Sessions: Bring back maximum punishment for drug offenses. Means lots more private prisons and prisoners needed.
https://www.wsj.com/articles/attorn...ugher-sentences-for-drug-offenders-1494583202
In a move expected to swell federal prisons, Attorney General Jeff Sessions is scuttling an Obama administration policy to avoid charging nonviolent, less-serious drug offenders with long, mandatory-minimum sentences.
Mr. Sessions’s new guidelines revive a policy created under President George W. Bush that tasked federal prosecutors with charging “the most serious readily provable offense.”
It is the latest and most significant step by the new administration toward dismantling President Barack Obama’s criminal justice legacy. And it defies a trend in state capitals—including several led by conservative Republicans—toward recalibrating or abandoning the mandatory-minimum sentences popularized during the “war on drugs” of the 1980s and 1990s.

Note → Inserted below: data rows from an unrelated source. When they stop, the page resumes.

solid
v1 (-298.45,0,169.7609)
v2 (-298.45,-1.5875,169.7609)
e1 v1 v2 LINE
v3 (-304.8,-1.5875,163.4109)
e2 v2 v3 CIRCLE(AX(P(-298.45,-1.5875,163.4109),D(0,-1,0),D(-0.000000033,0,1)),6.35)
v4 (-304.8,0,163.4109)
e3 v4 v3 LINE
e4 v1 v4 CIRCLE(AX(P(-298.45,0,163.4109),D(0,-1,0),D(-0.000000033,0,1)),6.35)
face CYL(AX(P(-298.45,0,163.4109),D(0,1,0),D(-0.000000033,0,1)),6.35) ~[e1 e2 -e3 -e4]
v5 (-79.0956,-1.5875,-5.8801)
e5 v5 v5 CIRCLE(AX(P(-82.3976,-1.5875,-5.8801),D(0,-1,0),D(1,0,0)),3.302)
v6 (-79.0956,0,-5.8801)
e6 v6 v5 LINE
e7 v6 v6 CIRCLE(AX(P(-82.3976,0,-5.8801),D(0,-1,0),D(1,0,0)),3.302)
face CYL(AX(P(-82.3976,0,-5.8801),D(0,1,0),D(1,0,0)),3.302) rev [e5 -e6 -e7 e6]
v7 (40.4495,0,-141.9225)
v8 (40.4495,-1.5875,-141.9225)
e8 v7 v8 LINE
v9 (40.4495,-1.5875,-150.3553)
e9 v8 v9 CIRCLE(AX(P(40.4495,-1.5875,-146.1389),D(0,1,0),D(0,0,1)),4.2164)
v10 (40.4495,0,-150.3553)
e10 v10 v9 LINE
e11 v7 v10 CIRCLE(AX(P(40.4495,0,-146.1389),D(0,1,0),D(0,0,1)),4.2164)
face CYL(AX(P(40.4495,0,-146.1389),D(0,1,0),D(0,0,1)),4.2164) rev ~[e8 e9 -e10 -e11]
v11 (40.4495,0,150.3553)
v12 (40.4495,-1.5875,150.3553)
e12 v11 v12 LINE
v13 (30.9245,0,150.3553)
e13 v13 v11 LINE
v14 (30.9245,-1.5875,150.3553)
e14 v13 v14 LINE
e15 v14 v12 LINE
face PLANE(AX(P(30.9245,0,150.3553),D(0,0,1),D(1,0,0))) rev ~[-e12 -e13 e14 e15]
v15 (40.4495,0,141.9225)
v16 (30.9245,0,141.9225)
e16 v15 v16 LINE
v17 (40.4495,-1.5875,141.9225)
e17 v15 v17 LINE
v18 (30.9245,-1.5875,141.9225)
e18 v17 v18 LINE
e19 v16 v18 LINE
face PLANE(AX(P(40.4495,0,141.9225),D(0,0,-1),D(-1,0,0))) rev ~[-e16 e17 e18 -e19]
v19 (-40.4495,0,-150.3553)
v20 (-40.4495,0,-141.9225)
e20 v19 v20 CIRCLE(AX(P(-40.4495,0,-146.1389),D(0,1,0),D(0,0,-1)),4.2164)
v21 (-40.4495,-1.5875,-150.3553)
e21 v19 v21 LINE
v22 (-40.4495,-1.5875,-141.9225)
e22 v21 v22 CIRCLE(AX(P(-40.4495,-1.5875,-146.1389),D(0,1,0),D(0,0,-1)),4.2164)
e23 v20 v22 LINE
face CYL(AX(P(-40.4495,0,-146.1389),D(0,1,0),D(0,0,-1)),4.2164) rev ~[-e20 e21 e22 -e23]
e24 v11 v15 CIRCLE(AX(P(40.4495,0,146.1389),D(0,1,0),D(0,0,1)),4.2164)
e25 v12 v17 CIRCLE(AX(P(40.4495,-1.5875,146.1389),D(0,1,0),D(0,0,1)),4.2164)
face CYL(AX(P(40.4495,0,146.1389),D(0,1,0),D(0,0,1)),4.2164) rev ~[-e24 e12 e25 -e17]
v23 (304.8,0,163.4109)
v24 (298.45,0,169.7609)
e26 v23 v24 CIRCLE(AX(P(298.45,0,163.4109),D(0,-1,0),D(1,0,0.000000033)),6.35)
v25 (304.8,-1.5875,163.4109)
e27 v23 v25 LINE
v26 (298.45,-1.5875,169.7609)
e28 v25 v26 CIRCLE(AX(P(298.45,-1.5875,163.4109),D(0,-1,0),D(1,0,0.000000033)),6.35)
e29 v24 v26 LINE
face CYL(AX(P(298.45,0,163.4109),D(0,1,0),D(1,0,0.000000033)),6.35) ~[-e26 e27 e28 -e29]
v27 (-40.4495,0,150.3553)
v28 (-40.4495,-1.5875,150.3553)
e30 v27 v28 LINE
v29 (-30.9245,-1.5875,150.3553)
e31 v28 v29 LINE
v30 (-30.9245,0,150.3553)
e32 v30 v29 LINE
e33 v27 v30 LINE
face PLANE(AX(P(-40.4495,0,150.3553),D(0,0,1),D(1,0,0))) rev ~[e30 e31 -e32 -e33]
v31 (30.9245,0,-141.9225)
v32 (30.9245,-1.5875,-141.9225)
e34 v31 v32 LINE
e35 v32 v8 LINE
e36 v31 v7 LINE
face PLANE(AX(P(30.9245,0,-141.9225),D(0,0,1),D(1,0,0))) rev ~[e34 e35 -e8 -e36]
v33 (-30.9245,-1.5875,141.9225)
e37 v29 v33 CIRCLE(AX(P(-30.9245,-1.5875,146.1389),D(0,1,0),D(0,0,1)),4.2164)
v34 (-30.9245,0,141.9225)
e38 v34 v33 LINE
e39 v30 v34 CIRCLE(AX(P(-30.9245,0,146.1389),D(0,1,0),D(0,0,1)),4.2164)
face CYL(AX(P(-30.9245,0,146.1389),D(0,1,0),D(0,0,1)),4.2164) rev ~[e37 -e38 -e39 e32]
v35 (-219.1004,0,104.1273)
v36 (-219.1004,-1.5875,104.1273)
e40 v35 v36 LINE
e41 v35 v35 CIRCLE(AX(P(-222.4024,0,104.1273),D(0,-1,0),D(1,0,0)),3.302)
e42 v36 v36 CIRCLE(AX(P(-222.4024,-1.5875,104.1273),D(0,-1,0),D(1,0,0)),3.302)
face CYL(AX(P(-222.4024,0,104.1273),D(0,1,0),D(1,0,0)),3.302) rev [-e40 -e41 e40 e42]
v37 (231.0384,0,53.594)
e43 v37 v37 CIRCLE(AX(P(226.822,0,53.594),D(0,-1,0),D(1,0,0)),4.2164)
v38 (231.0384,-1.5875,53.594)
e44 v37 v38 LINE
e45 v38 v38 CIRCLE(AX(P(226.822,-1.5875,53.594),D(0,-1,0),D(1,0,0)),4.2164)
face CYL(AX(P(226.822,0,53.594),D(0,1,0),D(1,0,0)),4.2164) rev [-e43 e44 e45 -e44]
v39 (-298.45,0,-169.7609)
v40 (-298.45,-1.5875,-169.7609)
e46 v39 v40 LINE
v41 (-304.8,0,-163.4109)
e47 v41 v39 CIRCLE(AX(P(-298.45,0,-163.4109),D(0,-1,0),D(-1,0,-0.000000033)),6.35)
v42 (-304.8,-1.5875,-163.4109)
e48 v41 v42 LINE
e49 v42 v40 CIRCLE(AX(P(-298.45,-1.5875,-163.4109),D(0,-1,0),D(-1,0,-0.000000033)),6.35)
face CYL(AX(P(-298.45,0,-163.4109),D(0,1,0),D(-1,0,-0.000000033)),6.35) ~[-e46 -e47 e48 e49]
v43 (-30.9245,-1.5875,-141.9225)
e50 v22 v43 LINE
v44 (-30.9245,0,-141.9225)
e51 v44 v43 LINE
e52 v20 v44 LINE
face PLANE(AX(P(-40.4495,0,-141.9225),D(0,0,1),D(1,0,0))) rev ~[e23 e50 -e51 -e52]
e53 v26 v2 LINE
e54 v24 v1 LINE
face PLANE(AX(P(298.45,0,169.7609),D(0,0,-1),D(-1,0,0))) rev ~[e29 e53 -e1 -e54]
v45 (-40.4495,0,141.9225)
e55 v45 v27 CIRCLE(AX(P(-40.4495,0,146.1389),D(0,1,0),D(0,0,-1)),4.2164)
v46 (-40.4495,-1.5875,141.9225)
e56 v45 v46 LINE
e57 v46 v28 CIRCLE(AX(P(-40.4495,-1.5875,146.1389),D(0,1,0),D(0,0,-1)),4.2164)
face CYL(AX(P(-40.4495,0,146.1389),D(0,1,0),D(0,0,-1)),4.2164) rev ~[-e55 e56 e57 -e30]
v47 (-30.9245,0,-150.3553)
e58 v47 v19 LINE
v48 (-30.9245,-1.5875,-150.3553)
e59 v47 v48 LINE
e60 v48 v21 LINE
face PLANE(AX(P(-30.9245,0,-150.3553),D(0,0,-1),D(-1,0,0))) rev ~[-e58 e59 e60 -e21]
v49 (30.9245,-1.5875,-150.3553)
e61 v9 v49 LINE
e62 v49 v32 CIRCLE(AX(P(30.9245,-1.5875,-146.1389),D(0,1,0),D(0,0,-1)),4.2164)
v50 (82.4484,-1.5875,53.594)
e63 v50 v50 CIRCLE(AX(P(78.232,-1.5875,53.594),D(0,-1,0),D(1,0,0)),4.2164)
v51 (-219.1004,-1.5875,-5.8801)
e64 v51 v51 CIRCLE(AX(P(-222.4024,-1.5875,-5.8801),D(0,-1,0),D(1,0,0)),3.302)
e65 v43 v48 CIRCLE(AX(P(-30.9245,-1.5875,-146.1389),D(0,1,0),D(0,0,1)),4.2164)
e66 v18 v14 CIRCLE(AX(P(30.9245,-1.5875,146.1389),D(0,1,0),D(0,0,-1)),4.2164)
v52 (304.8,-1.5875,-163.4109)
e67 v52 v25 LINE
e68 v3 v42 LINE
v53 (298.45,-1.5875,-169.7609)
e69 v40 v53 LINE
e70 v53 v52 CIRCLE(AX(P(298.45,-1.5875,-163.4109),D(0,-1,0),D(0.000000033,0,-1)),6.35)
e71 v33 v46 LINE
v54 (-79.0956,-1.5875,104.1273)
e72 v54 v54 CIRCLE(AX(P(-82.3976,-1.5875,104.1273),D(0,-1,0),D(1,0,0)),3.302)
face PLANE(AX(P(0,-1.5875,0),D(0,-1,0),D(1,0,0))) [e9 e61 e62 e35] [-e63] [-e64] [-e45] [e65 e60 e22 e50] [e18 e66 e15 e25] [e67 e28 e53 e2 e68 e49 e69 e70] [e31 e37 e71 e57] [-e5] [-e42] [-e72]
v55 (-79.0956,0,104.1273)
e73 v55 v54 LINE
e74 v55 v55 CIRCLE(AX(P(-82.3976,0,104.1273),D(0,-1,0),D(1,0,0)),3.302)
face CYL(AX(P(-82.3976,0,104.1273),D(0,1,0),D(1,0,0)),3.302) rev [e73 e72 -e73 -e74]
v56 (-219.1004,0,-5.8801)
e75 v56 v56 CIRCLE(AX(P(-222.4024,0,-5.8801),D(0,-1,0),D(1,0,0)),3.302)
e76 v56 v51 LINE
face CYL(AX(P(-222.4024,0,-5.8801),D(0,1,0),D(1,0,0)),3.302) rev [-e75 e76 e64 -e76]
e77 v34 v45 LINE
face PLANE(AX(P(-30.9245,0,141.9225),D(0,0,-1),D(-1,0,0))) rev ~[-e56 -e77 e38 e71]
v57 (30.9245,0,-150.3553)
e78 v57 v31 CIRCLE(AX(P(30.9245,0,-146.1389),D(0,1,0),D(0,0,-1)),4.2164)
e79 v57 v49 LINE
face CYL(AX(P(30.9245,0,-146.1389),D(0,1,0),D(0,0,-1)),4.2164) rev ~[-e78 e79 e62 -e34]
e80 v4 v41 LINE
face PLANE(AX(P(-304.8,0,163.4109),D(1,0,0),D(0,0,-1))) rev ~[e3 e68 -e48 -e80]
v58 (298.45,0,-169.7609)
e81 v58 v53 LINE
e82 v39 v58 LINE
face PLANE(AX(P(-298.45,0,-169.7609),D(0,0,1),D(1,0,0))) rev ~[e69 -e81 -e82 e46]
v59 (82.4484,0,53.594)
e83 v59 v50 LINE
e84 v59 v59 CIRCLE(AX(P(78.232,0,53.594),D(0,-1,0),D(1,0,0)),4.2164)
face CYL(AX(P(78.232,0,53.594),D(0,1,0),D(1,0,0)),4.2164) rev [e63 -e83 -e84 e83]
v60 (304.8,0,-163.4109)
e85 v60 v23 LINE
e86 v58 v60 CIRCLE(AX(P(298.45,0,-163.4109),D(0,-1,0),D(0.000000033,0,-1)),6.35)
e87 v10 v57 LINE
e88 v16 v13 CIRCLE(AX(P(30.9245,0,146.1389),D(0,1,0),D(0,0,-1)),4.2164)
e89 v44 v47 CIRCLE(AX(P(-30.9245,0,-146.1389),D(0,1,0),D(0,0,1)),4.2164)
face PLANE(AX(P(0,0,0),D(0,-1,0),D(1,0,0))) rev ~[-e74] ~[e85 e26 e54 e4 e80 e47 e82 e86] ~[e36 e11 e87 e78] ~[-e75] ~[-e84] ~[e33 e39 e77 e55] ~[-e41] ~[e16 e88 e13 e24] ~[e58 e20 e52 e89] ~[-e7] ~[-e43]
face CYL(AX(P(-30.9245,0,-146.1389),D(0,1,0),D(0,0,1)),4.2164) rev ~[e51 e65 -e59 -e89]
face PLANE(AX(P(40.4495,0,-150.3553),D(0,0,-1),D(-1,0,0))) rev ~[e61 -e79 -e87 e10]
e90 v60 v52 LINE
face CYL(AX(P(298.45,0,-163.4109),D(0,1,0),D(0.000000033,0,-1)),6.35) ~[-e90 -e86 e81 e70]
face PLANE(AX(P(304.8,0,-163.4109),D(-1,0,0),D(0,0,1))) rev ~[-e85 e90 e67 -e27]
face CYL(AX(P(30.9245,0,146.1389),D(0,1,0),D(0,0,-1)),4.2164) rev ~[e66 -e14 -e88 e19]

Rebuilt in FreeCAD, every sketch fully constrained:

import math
import FreeCAD as App
import Part
import Sketcher

V = App.Vector
Q = App.Units.Quantity

doc = App.newDocument("Part")
body = doc.addObject("PartDesign::Body", "Body")

sketch1 = doc.addObject("Sketcher::SketchObject", "Sketch")
body.addObject(sketch1)
sketch1.AttachmentSupport = (doc.XZ_Plane, [""])
sketch1.MapMode = "FlatFace"
sketch1.addGeometry(Part.ArcOfCircle(Part.Circle(V(298.4, 163.4, 0), V(0, 0, 1), 6.4), math.radians(0), math.radians(90)), False)
sketch1.addGeometry(Part.LineSegment(V(298.4, 169.8, 0), V(-298.4, 169.8, 0)), False)
sketch1.addGeometry(Part.ArcOfCircle(Part.Circle(V(-298.4, 163.4, 0), V(0, 0, 1), 6.4), math.radians(90), math.radians(180)), False)
sketch1.addGeometry(Part.LineSegment(V(-304.8, 163.4, 0), V(-304.8, -163.4, 0)), False)
sketch1.addGeometry(Part.ArcOfCircle(Part.Circle(V(-298.4, -163.4, 0), V(0, 0, 1), 6.4), math.radians(-180), math.radians(-90)), False)
sketch1.addGeometry(Part.LineSegment(V(-298.4, -169.8, 0), V(298.4, -169.8, 0)), False)
sketch1.addGeometry(Part.ArcOfCircle(Part.Circle(V(298.4, -163.4, 0), V(0, 0, 1), 6.4), math.radians(-90), math.radians(0)), False)
sketch1.addGeometry(Part.LineSegment(V(304.8, -163.4, 0), V(304.8, 163.4, 0)), False)
sketch1.addGeometry(Part.ArcOfCircle(Part.Circle(V(-30.9, -146.1, 0), V(0, 0, 1), 4.2), math.radians(-90), math.radians(90)), False)
sketch1.addGeometry(Part.LineSegment(V(-30.9, -150.4, 0), V(-40.4, -150.4, 0)), False)
sketch1.addGeometry(Part.ArcOfCircle(Part.Circle(V(-40.4, -146.1, 0), V(0, 0, 1), 4.2), math.radians(90), math.radians(270)), False)
sketch1.addGeometry(Part.LineSegment(V(-40.4, -141.9, 0), V(-30.9, -141.9, 0)), False)
sketch1.addGeometry(Part.Circle(V(-222.4, -5.9, 0), V(0, 0, 1), 3.3), False)
sketch1.addGeometry(Part.Circle(V(-82.4, -5.9, 0), V(0, 0, 1), 3.3), False)
sketch1.addGeometry(Part.ArcOfCircle(Part.Circle(V(40.4, -146.1, 0), V(0, 0, 1), 4.2), math.radians(-90), math.radians(90)), False)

It should be noted that Trump ran, in no small part, on fixing the opioid problem. I guess "fixing" means stripping medicaid from the people who used it to get substance abuse treatment, putting lots more people in jail, and wanting to limit treatment options. Good luck rural white America....you're going to get to see the compassion that was delivered to urban non-white America in the 80s and 90s.